Popular? Maybe it's in your genes
Excerpts from the Globe's blog on the Boston-area medical community.
Social butterflies at the center of attention and wallflowers on the social fringes may have their genes to thank, new research suggests.
Dr. Nicholas A. Christakis of Harvard and James H. Fowler of the University of California, San Diego - the same researchers who explored social networks to explain how obesity, smoking, and happiness spread among groups - have turned their attention to the connections made in social groups.
They conclude that people inherit not only a tendency to be shy or gregarious, but also a likelihood to have tightly knit or diffuse groups of friends.
"This paper is the first paper to show a genetic basis for human social network structure," Christakis said in an interview. "Where someone is positioned in a social network, and how interconnected their friends are, depends significantly on their genes."
The researchers studied 1,110 twins from a sample of more than 90,000 high school students. They compared identical twins, whose genes are the same, with fraternal twins, who share 50 percent of their DNA. The researchers tracked how many students named a particular student as a friend, how many friends the particular student listed, and whether the friends named by the student were also friends with one another.
Identical twins were significantly more likely to show the same patterns of social ties than fraternal twins, the researchers concluded.
"We have genes that make us popular and genes that make us act like yentas, making friendship matches among people we know," Christakis said.

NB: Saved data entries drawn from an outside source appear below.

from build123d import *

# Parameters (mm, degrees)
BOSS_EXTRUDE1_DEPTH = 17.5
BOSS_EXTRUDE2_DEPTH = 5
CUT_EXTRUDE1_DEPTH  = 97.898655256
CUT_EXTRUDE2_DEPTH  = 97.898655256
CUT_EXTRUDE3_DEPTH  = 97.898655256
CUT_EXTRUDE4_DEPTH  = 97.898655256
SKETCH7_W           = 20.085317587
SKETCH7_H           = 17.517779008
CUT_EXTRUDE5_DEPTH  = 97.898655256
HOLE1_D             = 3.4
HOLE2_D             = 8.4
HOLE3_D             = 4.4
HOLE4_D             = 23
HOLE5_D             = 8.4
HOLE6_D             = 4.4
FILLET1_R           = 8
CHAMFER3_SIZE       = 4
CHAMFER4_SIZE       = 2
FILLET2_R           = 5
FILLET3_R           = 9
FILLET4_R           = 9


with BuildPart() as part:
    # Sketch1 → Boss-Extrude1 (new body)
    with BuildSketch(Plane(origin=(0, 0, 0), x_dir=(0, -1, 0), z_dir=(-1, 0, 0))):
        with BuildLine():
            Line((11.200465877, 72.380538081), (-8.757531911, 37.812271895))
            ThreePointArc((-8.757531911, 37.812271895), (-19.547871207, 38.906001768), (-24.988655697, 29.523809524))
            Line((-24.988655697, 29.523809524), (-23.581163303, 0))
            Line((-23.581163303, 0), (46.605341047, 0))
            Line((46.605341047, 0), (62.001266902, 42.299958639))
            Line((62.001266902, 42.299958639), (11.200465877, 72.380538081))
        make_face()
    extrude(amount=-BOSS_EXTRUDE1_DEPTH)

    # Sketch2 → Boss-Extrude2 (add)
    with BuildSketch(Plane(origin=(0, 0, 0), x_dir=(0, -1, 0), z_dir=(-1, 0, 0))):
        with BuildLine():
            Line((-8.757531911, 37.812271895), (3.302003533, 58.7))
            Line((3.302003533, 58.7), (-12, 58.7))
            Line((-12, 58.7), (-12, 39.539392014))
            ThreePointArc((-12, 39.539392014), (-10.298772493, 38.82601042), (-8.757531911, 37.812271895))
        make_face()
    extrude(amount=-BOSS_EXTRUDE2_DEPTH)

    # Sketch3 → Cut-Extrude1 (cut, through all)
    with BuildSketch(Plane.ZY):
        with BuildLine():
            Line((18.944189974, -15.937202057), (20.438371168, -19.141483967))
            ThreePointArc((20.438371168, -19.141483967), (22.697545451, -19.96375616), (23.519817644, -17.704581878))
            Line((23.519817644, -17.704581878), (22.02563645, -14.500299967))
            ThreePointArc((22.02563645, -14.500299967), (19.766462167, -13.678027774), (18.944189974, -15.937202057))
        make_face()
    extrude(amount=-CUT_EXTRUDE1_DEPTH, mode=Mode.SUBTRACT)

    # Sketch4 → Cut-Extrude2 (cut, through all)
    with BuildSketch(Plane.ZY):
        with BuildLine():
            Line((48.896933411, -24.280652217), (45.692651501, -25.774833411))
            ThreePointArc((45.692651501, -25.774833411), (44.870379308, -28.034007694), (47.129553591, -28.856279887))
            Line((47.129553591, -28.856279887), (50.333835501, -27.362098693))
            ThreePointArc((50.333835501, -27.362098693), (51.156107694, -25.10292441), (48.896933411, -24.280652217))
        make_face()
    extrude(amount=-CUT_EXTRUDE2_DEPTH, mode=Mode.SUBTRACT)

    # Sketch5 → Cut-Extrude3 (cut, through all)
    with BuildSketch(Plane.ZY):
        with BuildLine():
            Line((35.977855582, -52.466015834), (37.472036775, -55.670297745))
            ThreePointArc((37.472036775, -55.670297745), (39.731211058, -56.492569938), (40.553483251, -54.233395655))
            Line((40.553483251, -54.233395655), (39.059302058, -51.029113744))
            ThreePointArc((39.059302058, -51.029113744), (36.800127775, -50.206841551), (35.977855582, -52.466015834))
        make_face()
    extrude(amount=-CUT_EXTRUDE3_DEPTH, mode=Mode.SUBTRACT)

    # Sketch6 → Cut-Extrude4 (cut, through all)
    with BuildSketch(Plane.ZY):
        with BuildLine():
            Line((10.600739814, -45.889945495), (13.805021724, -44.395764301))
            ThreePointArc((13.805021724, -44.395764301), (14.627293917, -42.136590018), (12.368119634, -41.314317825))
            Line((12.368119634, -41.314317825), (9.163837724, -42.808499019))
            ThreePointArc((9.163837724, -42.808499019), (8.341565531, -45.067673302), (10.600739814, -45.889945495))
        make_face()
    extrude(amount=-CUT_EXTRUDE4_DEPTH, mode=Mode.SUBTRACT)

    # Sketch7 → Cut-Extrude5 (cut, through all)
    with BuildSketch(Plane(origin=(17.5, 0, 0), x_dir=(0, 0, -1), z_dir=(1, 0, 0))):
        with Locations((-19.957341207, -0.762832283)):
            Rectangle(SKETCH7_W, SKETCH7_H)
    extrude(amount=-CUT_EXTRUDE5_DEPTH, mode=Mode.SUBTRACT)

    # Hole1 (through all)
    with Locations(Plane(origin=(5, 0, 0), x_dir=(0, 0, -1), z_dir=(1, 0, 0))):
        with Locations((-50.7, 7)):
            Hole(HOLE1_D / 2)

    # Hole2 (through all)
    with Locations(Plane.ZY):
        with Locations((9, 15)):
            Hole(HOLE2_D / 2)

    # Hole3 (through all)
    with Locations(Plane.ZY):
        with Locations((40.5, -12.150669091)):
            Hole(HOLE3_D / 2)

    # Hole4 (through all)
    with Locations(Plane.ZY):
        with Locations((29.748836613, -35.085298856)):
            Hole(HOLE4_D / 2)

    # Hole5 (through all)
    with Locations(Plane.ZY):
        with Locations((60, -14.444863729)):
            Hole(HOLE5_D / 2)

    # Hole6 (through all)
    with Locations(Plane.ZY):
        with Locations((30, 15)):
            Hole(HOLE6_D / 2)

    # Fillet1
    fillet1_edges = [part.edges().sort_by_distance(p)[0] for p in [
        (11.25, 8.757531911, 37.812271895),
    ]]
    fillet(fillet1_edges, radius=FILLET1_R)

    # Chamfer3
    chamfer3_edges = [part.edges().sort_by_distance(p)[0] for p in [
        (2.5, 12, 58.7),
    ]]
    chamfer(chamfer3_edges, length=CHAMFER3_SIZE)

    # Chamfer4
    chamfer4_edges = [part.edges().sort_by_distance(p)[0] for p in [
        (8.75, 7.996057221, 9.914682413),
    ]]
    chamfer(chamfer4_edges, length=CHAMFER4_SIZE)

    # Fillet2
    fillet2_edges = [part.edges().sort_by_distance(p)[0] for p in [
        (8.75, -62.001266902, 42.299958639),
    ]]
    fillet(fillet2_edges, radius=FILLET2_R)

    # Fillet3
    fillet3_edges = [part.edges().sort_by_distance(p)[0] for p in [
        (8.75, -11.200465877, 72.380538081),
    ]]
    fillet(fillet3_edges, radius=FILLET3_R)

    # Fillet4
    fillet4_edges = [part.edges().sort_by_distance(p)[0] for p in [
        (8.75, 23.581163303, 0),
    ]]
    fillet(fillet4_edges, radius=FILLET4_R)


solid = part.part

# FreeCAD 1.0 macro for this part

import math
import FreeCAD as App
import Part
import Sketcher

V = App.Vector
Q = App.Units.Quantity


def edges_at(feature, points):
    """Names of the edges that pass closest to the given points."""
    edges = feature.Shape.Edges
    near = lambda p: min(range(len(edges)), key=lambda i: edges[i].distToShape(Part.Vertex(*p))[0])
    return sorted({f"Edge{near(p) + 1}" for p in points})


def add_polygon(sketch, points):
    """Adds a closed chain of lines whose ends are joined by coincident constraints."""
    first, n = sketch.GeometryCount, len(points)
    for a, b in zip(points, points[1:] + points[:1]):
        sketch.addGeometry(Part.LineSegment(App.Vector(*a, 0), App.Vector(*b, 0)), False)
    for i in range(n):
        sketch.addConstraint(Sketcher.Constraint("Coincident", first + i, 2, first + (i + 1) % n, 1))

doc = App.newDocument("Part")
body = doc.addObject("PartDesign::Body", "Body")

# Sketch on YZ plane
sketch1 = body.newObject("Sketcher::SketchObject", "Sketch")
sketch1.AttachmentSupport = (doc.getObject("YZ_Plane"), [""])
sketch1.MapMode = "FlatFace"
sketch1.addGeometry([
    Part.LineSegment(V(-11, 72, 0), V(9, 38, 0)),  # 0
    Part.ArcOfCircle(Part.Circle(V(15, 30, 0), V(0, 0, 1), 10), math.radians(-3), math.radians(129)),  # 1
    Part.LineSegment(V(25, 30, 0), V(24, 0, 0)),  # 2
    Part.LineSegment(V(24, 0, 0), V(-47, 0, 0)),  # 3
    Part.LineSegment(V(-47, 0, 0), V(-62, 42, 0)),  # 4
    Part.LineSegment(V(-62, 42, 0), V(-11, 72, 0)),  # 5
], False)
sketch1.addConstraint([
    Sketcher.Constraint("Coincident", 0, 2, 1, 2),
    Sketcher.Constraint("Tangent", 1, 1, 2, 1),
    Sketcher.Constraint("Coincident", 2, 2, 3, 1),
    Sketcher.Constraint("Coincident", 3, 2, 4, 1),
    Sketcher.Constraint("Coincident", 4, 2, 5, 1),
    Sketcher.Constraint("Coincident", 5, 2, 0, 1),
    Sketcher.Constraint("Horizontal", 3),
    Sketcher.Constraint("PointOnObject", 2, 2, -1),
    Sketcher.Constraint("Radius", 1, 10.0),
    Sketcher.Constraint("Angle", 0, Q("-60 deg")),
    Sketcher.Constraint("Angle", 4, Q("110 deg")),
    Sketcher.Constraint("DistanceX", -1, 1, 1, 3, 15.0),
    Sketcher.Constraint("DistanceY", -1, 1, 1, 3, 30.0),
    Sketcher.Constraint("DistanceX", 4, 2, 0, 2, 70.758799),
    Sketcher.Constraint("DistanceX", 4, 2, 5, 2, 50.800801),
    Sketcher.Constraint("Distance", 2, 29.55734),
    Sketcher.Constraint("DistanceX", 3, 2, 3, 1, 70.186504),
    Sketcher.Constraint("DistanceX", -1, 1, 0, 2, 8.757532),
])
pad1 = body.newObject("PartDesign::Pad", "Pad")
pad1.Profile = sketch1
pad1.Length = 17.5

The research was reported in the Proceedings of the National Academy of Sciences.
Babies who are born more than three months early are up to three times more likely than other children to show symptoms of autism when screened using a standard checklist, Boston researchers report. The higher rate persisted even after excluding visual, motor, and cognitive impairments that are common in premature babies.
The 988 children in the study had not been diagnosed with autism, but they showed signs of the disorder according to a screening tool used by pediatricians for children who are 16 months to 30 months old. The checklist asks whether a child points at an object to show interest, for example, or how good their hearing is.
Among the general population children, the rate of positive scores is 5.7 percent. Among children in the study, who were born after less than 28 weeks, the rate was 21 percent. After children with disabilities were removed from the analysis, the rate was 16 percent.
"We're not implying that it's prematurity that causes autism," lead author Dr. Karl Kuban, chief of pediatric neurology at Boston Medical Center, emphasized in an interview. "They may hare a common risk that leads to both, but it's not that one causes the other."
Pediatricians should be aware that children who have handicaps may score positive on the autism checklist without having autism, he said. Autism is diagnosed after a more rigorous evaluation, but because early detection helps children get treatment, screenings are recommended.
About 0.6 percent of children are diagnosed with autism, about one-tenth the number who score positive on the checklist.
The study appears in the Journal of Pediatrics. Follow-up studies of the children in the study are needed, Kuban said.
"If it turns out these children do go on to have autism much more often than we would expect, it does beg the question of why that should be and it offers us an avenue of study," he said.